## TASK PROMPT
From the records below, state how many lines include the word "amount", giving only that number.
MATERIAL SHOWN START
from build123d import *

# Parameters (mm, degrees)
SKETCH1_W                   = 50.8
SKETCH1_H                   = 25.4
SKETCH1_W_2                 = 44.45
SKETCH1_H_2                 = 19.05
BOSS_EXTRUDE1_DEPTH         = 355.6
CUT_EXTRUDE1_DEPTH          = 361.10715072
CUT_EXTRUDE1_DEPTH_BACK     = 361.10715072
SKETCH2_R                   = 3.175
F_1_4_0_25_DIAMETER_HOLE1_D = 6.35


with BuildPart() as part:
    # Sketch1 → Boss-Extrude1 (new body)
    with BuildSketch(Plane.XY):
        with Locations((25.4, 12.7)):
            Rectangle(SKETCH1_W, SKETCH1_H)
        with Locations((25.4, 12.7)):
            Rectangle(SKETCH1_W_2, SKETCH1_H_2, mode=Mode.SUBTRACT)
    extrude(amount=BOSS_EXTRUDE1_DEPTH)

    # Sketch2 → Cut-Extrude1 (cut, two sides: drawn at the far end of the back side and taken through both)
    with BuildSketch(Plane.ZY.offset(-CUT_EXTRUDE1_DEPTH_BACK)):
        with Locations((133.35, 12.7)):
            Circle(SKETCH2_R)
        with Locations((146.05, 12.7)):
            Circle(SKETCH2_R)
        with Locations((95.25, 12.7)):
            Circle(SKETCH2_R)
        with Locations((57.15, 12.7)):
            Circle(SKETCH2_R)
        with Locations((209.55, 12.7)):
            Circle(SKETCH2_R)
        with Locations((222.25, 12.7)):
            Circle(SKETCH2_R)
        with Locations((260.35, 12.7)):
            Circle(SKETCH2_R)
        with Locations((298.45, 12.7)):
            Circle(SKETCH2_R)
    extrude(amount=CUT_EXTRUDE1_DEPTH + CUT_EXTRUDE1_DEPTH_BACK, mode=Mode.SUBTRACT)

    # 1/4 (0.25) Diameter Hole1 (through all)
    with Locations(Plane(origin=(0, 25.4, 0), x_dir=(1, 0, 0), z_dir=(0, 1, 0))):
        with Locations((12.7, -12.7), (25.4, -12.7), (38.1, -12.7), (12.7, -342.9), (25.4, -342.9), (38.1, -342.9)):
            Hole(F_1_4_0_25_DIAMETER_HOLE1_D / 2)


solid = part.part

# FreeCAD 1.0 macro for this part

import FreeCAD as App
import Part
import Sketcher

V = App.Vector
Q = App.Units.Quantity


def add_polygon(sketch, points):
    """Adds a closed chain of lines whose ends are joined by coincident constraints."""
    first, n = sketch.GeometryCount, len(points)
    for a, b in zip(points, points[1:] + points[:1]):
        sketch.addGeometry(Part.LineSegment(App.Vector(*a, 0), App.Vector(*b, 0)), False)
    for i in range(n):
        sketch.addConstraint(Sketcher.Constraint("Coincident", first + i, 2, first + (i + 1) % n, 1))

doc = App.newDocument("Part")
params = doc.addObject("Spreadsheet::Sheet", "Params")
for row, (alias, value) in enumerate([
    ("sketch1_width", "2 in"),
    ("sketch1_height", "1 in"),
    ("sketch1_width2", "1.75 in"),
    ("sketch1_height2", "0.75 in"),
    ("pad1_length", "14 in"),
    ("sketch2_diameter", "0.25 in"),
    ("sketch3_diameter", "0.25 in"),
    ("hole_diameter", "0.25 in"),
], start=1):
    params.set(f"A{row}", alias)
    params.set(f"B{row}", "=" + value)
    params.setAlias(f"B{row}", alias)

body = doc.addObject("PartDesign::Body", "Body")

# Sketch on XY plane
sketch1 = body.newObject("Sketcher::SketchObject", "Sketch")
sketch1.AttachmentSupport = (doc.getObject("XY_Plane"), [""])
sketch1.MapMode = "FlatFace"
add_polygon(sketch1, [(0, 25), (0, 0), (51, 0), (51, 25)])  # lines 0-3
add_polygon(sketch1, [(48, 3), (3, 3), (3, 22), (48, 22)])  # lines 4-7
sketch1.addConstraint(Sketcher.Constraint("Vertical", 0))
sketch1.addConstraint(Sketcher.Constraint("Horizontal", 1))
sketch1.addConstraint(Sketcher.Constraint("Vertical", 2))
sketch1.addConstraint(Sketcher.Constraint("Horizontal", 3))
sketch1.addConstraint(Sketcher.Constraint("Horizontal", 4))
sketch1.addConstraint(Sketcher.Constraint("Vertical", 5))
sketch1.addConstraint(Sketcher.Constraint("Horizontal", 6))
sketch1.addConstraint(Sketcher.Constraint("Vertical", 7))
sketch1.addConstraint(Sketcher.Constraint("Coincident", 0, 2, -1, 1))
sketch1.addConstraint(Sketcher.Constraint("DistanceX", 1, 1, 1, 2, Q("2 in")))
sketch1.addConstraint(Sketcher.Constraint("DistanceY", 0, 2, 0, 1, Q("1 in")))
sketch1.addConstraint(Sketcher.Constraint("DistanceX", 4, 2, 4, 1, Q("1.75 in")))
sketch1.addConstraint(Sketcher.Constraint("DistanceY", 5, 1, 5, 2, Q("0.75 in")))
sketch1.addConstraint(Sketcher.Constraint("DistanceX", -1, 1, 4, 2, Q("0.125 in")))
sketch1.addConstraint(Sketcher.Constraint("DistanceY", -1, 1, 4, 2, Q("0.125 in")))
sketch1.setExpression("Constraints[17]", "Params.sketch1_width")
sketch1.setExpression("Constraints[18]", "Params.sketch1_height")
sketch1.setExpression("Constraints[19]", "Params.sketch1_width2")
sketch1.setExpression("Constraints[20]", "Params.sketch1_height2")
pad1 = body.newObject("PartDesign::Pad", "Pad")
pad1.Profile = sketch1
pad1.setExpression("Length", "Params.pad1_length")

# Sketch on YZ plane
sketch2 = body.newObject("Sketcher::SketchObject", "Sketch001")
sketch2.AttachmentSupport = (doc.getObject("YZ_Plane"), [""])
sketch2.MapMode = "FlatFace"
sketch2.addGeometry(Part.Circle(V(12.7, 133.3, 0), V(0, 0, 1), 3.2), False)
sketch2.addGeometry(Part.Circle(V(12.7, 146.1, 0), V(0, 0, 1), 3.2), False)
sketch2.addGeometry(Part.Circle(V(12.7, 95.2, 0), V(0, 0, 1), 3.2), False)
sketch2.addGeometry(Part.Circle(V(12.7, 57.1, 0), V(0, 0, 1), 3.2), False)
sketch2.addGeometry(Part.Circle(V(12.7, 209.6, 0), V(0, 0, 1), 3.2), False)
sketch2.addGeometry(Part.Circle(V(12.7, 222.2, 0), V(0, 0, 1), 3.2), False)
sketch2.addGeometry(Part.Circle(V(12.7, 260.4, 0), V(0, 0, 1), 3.2), False)
sketch2.addGeometry(Part.Circle(V(12.7, 298.4, 0), V(0, 0, 1), 3.2), False)
sketch2.addConstraint(Sketcher.Constraint("Equal", 0, 1))
sketch2.addConstraint(Sketcher.Constraint("Equal", 1, 2))
sketch2.addConstraint(Sketcher.Constraint("Equal", 2, 3))
sketch2.addConstraint(Sketcher.Constraint("Equal", 3, 4))
sketch2.addConstraint(Sketcher.Constraint("Equal", 4, 5))
sketch2.addConstraint(Sketcher.Constraint("Equal", 5, 6))
sketch2.addConstraint(Sketcher.Constraint("Equal", 6, 7))
sketch2.addConstraint(Sketcher.Constraint("Vertical", 0, 3, 1, 3))
sketch2.addConstraint(Sketcher.Constraint("Vertical", 1, 3, 2, 3))
sketch2.addConstraint(Sketcher.Constraint("Vertical", 2, 3, 3, 3))
sketch2.addConstraint(Sketcher.Constraint("Vertical", 3, 3, 4, 3))
sketch2.addConstraint(Sketcher.Constraint("Vertical", 4, 3, 5, 3))
sketch2.addConstraint(Sketcher.Constraint("Vertical", 5, 3, 6, 3))
sketch2.addConstraint(Sketcher.Constraint("Vertical", 6, 3, 7, 3))
sketch2.addConstraint(Sketcher.Constraint("Diameter", 0, Q("0.25 in")))
sketch2.addConstraint(Sketcher.Constraint("DistanceY", 2, 3, 1, 3, Q("2 in")))
sketch2.addConstraint(Sketcher.Constraint("DistanceY", 3, 3, 0, 3, Q("3 in")))
sketch2.addConstraint(Sketcher.Constraint("DistanceY", 0, 3, 4, 3, Q("3 in")))
sketch2.addConstraint(Sketcher.Constraint("DistanceY", 1, 3, 5, 3, Q("3 in")))
sketch2.addConstraint(Sketcher.Constraint("DistanceY", 4, 3, 6, 3, Q("2 in")))
sketch2.addConstraint(Sketcher.Constraint("DistanceY", 5, 3, 7, 3, Q("3 in")))
sketch2.addConstraint(Sketcher.Constraint("DistanceX", -1, 1, 0, 3, Q("0.5 in")))
sketch2.addConstraint(Sketcher.Constraint("DistanceY", 0, 3, 1, 3, Q("0.5 in")))
sketch2.addConstraint(Sketcher.Constraint("DistanceY", -1, 1, 0, 3, Q("5.25 in")))
sketch2.setExpression("Constraints[14]", "Params.sketch2_diameter")
pocket1 = body.newObject("PartDesign::Pocket", "Pocket")
pocket1.Profile = sketch2
pocket1.Type = "ThroughAll"
pocket1.Midplane = True

# Sketch on XZ plane
sketch3 = body.newObject("Sketcher::SketchObject", "Sketch002")
sketch3.AttachmentSupport = (doc.getObject("XZ_Plane"), [""])
sketch3.MapMode = "FlatFace"
sketch3.AttachmentOffset = App.Placement(V(0, 0, -1 * 25.4), App.Rotation())
sketch3.addGeometry(Part.Circle(V(12.7, 12.7, 0), V(0, 0, 1), 3.2), False)
sketch3.addGeometry(Part.Circle(V(25.4, 12.7, 0), V(0, 0, 1), 3.2), False)
sketch3.addGeometry(Part.Circle(V(38.1, 12.7, 0), V(0, 0, 1), 3.2), False)
sketch3.addGeometry(Part.Circle(V(12.7, 342.9, 0), V(0, 0, 1), 3.2), False)
sketch3.addGeometry(Part.Circle(V(25.4, 342.9, 0), V(0, 0, 1), 3.2), False)
sketch3.addGeometry(Part.Circle(V(38.1, 342.9, 0), V(0, 0, 1), 3.2), False)
sketch3.addConstraint(Sketcher.Constraint("Equal", 0, 1))
sketch3.addConstraint(Sketcher.Constraint("Equal", 1, 2))
sketch3.addConstraint(Sketcher.Constraint("Equal", 2, 3))
sketch3.addConstraint(Sketcher.Constraint("Equal", 3, 4))
sketch3.addConstraint(Sketcher.Constraint("Equal", 4, 5))
sketch3.addConstraint(Sketcher.Constraint("Horizontal", 0, 3, 1, 3))
sketch3.addConstraint(Sketcher.Constraint("Horizontal", 1, 3, 2, 3))
sketch3.addConstraint(Sketcher.Constraint("Horizontal", 3, 3, 4, 3))
sketch3.addConstraint(Sketcher.Constraint("Horizontal", 4, 3, 5, 3))
sketch3.addConstraint(Sketcher.Constraint("Vertical", 0, 3, 3, 3))
sketch3.addConstraint(Sketcher.Constraint("Vertical", 1, 3, 4, 3))
sketch3.addConstraint(Sketcher.Constraint("Vertical", 2, 3, 5, 3))
sketch3.addConstraint(Sketcher.Constraint("Diameter", 0, Q("0.25 in")))
sketch3.addConstraint(Sketcher.Constraint("DistanceX", -1, 1, 1, 3, Q("1 in")))
sketch3.addConstraint(Sketcher.Constraint("DistanceX", 0, 3, 2, 3, Q("1 in")))
sketch3.addConstraint(Sketcher.Constraint("DistanceY", 0, 3, 3, 3, Q("13 in")))
sketch3.addConstraint(Sketcher.Constraint("DistanceX", -1, 1, 0, 3, Q("0.5 in")))
sketch3.addConstraint(Sketcher.Constraint("DistanceY", -1, 1, 0, 3, Q("0.5 in")))
sketch3.setExpression("Constraints[12]", "Params.sketch3_diameter")
doc.recompute()
hole = body.newObject("PartDesign::Hole", "Hole")
hole.Profile = sketch3
hole.ThreadType = "None"
hole.setExpression("Diameter", "Params.hole_diameter")
hole.DepthType = "ThroughAll"
hole.Reversed = True

doc.recompute()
MATERIAL SHOWN END
## RESULT FOR THIS TASK
2